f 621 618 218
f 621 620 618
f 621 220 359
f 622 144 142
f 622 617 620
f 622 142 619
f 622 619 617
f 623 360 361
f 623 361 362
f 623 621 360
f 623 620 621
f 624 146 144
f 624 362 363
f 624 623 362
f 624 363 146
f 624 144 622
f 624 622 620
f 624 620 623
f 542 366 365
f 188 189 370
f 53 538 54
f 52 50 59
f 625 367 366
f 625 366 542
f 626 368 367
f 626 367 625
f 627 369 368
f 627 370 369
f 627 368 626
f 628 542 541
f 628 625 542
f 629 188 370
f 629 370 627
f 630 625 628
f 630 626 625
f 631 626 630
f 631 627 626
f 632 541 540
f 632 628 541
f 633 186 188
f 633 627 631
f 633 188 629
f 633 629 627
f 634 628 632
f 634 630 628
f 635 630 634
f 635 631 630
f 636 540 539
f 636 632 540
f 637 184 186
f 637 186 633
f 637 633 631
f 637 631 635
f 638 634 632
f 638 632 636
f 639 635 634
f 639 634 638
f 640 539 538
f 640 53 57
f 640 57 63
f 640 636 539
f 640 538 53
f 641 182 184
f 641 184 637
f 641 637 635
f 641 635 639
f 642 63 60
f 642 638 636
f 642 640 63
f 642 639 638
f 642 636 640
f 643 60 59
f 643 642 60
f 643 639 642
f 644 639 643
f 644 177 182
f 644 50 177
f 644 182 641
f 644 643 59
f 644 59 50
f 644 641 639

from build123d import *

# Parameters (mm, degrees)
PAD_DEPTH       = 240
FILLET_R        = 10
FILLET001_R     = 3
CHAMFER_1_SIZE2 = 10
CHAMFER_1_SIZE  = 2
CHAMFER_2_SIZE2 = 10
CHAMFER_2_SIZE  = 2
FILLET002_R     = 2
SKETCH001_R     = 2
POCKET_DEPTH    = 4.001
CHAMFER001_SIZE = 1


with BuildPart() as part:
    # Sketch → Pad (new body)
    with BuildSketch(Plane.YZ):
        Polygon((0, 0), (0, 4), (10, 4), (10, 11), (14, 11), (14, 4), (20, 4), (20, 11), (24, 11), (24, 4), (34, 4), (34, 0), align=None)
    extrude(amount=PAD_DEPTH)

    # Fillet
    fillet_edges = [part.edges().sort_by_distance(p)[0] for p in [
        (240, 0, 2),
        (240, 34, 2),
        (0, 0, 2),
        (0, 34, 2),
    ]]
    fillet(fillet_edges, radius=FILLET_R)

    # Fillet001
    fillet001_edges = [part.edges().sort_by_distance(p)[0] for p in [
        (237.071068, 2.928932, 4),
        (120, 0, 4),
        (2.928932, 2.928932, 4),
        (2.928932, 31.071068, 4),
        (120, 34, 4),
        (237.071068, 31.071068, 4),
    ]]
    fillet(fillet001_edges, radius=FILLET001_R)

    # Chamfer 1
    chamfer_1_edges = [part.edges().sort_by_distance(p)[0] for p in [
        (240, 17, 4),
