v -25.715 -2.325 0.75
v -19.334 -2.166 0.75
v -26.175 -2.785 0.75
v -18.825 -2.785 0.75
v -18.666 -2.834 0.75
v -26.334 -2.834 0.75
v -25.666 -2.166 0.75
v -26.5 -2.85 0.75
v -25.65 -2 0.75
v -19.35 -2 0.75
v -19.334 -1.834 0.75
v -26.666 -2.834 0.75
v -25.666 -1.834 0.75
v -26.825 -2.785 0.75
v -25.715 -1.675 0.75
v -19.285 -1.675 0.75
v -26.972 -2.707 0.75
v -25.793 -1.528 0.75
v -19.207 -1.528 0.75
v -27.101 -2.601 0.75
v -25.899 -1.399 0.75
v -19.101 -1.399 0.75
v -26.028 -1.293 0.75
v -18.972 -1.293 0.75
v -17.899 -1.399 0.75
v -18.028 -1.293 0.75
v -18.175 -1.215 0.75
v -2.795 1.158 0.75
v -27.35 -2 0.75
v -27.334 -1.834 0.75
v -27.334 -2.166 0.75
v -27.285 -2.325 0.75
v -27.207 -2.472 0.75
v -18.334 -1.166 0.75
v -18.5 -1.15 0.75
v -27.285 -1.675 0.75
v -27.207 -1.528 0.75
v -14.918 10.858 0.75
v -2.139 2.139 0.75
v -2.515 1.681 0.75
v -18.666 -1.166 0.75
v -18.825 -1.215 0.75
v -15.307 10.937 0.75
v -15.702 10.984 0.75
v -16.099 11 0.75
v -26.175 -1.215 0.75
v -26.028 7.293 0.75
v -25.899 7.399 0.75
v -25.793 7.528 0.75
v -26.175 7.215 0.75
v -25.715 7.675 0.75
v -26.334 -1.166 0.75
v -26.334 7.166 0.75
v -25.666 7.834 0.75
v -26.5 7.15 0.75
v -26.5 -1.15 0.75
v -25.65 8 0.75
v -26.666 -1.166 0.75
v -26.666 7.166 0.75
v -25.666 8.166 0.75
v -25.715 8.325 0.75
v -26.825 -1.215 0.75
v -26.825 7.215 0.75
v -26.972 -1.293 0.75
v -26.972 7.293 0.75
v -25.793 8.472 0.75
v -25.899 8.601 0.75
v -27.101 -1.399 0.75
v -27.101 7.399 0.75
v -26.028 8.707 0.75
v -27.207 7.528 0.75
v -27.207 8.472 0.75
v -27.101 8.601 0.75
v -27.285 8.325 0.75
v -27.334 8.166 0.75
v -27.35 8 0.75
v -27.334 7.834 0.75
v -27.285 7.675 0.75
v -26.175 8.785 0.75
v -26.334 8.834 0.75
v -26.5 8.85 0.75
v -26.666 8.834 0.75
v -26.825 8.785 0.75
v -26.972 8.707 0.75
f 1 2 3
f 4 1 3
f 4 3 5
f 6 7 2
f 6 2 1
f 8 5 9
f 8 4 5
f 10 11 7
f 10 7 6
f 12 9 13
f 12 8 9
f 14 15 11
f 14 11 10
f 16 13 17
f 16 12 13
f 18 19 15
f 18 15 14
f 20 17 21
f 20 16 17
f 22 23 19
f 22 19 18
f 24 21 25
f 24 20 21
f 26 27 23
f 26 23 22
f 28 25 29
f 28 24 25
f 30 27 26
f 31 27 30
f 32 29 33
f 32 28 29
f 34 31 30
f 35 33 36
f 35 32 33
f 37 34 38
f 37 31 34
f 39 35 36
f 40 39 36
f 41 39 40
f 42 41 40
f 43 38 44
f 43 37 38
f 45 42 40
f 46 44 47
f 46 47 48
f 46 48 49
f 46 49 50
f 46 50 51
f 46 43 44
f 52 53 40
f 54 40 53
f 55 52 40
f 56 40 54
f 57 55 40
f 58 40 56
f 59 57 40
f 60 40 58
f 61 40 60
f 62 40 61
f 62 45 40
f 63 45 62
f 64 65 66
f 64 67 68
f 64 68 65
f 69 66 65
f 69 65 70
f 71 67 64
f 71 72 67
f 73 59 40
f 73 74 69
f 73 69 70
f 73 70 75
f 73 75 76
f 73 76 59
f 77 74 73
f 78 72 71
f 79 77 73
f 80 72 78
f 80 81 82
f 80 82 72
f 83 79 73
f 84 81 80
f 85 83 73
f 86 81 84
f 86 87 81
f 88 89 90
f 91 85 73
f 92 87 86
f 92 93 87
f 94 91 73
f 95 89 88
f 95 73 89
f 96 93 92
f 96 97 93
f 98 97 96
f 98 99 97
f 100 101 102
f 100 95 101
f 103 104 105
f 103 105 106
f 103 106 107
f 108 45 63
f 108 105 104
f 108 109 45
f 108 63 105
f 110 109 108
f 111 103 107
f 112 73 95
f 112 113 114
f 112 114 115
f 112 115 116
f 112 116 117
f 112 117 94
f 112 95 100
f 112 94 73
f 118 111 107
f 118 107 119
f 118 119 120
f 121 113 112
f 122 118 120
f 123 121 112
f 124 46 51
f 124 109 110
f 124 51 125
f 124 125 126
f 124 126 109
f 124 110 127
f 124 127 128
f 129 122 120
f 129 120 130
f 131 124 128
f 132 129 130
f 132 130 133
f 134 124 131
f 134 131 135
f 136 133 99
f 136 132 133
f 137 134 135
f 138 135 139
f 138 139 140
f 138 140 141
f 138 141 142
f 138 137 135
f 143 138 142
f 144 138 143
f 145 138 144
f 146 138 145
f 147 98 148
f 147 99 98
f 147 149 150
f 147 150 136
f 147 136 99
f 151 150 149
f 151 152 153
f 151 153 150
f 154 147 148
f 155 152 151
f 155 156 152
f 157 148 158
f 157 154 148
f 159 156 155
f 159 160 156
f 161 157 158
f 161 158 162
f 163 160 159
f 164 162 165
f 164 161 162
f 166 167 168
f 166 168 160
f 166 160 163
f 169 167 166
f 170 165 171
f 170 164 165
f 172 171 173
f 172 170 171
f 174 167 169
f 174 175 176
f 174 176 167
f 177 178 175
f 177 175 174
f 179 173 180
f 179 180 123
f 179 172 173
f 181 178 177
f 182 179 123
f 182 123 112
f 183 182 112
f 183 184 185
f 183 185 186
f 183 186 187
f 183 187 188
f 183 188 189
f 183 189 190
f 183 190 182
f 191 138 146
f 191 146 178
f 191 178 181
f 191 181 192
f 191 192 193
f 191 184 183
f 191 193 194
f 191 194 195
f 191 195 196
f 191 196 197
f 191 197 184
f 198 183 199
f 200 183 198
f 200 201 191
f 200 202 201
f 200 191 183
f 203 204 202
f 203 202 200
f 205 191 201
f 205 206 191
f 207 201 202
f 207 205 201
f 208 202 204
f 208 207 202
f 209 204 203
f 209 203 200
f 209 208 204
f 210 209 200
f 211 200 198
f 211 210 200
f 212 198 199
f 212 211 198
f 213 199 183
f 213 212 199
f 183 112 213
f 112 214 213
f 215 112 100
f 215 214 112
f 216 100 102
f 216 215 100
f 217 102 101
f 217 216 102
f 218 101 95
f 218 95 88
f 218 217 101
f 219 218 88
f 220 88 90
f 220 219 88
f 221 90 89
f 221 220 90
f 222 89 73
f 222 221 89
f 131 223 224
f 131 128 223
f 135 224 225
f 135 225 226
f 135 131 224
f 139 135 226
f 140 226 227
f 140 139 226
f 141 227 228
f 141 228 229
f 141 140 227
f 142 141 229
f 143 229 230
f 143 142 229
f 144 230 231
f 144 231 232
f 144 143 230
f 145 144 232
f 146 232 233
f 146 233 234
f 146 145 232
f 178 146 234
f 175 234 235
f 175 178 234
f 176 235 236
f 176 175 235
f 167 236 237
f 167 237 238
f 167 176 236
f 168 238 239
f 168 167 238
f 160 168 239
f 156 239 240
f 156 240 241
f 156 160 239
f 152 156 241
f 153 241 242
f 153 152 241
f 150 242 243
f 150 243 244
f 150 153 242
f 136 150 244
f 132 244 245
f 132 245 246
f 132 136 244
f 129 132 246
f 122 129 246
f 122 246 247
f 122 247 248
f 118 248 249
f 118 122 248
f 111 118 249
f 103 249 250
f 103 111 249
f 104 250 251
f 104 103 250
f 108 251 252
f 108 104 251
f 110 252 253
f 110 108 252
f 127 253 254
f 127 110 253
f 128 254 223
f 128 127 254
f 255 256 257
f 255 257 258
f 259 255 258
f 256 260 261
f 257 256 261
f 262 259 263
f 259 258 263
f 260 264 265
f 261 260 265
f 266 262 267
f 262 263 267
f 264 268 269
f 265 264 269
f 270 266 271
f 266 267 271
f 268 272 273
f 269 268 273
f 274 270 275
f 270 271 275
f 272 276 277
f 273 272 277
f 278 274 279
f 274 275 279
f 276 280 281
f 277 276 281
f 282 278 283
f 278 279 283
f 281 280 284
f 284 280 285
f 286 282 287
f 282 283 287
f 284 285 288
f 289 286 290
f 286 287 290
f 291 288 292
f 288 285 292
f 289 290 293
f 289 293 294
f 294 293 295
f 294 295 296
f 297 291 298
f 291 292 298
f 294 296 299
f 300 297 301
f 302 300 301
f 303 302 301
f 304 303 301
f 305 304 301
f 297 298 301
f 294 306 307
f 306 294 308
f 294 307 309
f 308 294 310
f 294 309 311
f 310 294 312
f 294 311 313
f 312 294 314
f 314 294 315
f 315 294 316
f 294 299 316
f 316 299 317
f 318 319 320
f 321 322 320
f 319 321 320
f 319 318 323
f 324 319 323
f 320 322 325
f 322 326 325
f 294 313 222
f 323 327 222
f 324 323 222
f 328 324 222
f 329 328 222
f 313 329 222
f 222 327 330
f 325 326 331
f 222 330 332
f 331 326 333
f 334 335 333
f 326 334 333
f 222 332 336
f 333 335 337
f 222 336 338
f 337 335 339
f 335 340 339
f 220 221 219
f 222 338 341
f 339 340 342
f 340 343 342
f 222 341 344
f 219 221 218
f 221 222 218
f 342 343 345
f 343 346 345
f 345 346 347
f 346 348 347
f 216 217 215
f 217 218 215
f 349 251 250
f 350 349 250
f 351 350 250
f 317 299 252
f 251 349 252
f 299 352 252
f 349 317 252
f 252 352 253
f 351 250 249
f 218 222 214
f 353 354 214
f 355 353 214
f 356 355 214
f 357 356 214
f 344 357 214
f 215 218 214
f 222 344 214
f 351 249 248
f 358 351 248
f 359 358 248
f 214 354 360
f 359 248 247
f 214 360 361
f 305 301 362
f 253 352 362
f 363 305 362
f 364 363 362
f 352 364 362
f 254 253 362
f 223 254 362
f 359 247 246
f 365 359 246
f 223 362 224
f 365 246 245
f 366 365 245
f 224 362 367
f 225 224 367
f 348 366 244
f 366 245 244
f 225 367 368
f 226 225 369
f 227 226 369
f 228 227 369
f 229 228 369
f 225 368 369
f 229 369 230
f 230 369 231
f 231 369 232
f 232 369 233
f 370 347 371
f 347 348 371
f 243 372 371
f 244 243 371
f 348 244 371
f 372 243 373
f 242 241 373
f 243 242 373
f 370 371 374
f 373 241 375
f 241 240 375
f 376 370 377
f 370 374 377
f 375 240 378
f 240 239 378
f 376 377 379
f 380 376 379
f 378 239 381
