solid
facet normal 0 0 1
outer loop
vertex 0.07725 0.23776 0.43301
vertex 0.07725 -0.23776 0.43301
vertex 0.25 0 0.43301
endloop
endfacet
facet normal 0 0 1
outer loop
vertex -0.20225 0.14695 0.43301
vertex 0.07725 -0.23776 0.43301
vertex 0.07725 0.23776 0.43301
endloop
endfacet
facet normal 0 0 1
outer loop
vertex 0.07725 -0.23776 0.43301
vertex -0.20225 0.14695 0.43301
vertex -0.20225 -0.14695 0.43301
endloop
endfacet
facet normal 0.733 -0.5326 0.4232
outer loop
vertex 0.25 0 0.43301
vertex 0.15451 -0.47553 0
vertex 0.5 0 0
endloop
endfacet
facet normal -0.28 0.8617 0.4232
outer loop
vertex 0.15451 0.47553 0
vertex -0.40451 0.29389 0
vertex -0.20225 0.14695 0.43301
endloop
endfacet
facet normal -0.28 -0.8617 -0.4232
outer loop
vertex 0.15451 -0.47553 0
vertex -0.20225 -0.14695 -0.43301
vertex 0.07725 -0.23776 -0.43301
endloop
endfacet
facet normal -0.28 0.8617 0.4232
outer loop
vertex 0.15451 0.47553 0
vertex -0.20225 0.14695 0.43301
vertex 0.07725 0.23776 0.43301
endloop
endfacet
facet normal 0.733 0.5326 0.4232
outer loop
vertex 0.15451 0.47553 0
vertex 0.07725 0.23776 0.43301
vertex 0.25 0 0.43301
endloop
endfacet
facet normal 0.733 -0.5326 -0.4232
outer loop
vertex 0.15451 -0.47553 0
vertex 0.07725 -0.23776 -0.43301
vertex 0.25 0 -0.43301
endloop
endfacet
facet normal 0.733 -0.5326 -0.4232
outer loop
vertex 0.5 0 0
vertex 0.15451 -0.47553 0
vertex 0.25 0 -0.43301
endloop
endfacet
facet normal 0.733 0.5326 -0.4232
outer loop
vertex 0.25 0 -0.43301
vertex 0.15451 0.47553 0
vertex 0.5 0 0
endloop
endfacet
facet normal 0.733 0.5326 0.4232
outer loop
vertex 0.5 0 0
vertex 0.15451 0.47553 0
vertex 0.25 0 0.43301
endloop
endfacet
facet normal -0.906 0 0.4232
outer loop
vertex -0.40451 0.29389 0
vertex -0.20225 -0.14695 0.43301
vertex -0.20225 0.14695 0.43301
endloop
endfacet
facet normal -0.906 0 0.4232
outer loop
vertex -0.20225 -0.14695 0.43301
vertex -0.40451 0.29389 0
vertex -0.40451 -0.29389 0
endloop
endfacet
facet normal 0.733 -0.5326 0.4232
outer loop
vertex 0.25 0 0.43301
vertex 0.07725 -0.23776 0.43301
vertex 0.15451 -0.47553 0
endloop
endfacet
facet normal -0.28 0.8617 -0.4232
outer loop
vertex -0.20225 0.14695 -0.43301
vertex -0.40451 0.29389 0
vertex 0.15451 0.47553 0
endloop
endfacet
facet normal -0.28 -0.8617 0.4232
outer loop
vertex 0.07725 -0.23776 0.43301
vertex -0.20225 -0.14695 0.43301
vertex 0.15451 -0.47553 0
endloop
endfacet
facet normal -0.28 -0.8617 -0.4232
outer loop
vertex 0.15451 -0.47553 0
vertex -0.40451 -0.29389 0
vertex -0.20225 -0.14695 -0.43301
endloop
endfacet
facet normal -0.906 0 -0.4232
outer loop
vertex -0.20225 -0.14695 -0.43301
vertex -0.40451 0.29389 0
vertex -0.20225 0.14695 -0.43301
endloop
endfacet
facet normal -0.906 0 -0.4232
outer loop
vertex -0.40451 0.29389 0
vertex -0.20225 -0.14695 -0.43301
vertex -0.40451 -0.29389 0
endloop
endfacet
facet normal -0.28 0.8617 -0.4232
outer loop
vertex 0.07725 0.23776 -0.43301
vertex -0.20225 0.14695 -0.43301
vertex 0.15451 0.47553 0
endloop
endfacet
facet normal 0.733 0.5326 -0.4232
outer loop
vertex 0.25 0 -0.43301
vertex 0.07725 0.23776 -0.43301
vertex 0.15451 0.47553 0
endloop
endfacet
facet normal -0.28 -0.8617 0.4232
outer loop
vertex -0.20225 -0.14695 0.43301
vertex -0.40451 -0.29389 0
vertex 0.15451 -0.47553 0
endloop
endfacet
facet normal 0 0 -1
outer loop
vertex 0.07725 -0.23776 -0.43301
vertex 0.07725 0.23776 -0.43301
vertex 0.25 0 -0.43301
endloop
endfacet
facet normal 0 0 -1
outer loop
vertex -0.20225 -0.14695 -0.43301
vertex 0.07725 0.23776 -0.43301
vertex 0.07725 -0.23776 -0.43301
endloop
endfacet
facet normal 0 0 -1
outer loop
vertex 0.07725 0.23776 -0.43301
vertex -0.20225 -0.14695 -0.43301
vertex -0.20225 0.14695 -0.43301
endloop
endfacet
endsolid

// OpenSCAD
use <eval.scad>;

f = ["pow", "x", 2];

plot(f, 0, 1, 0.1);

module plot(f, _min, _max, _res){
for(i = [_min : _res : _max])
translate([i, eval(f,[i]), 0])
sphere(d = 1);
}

*-*-*

_EXERCISE DIRECTIONS_
Gather and copy every line of the data in which the string "part" is found.

_RESULT_
with BuildPart() as part:
    fillet_edges = [part.edges().sort_by_distance(p)[0] for p in [
    fillet001_edges = [part.edges().sort_by_distance(p)[0] for p in [
    chamfer_1_edges = [part.edges().sort_by_distance(p)[0] for p in [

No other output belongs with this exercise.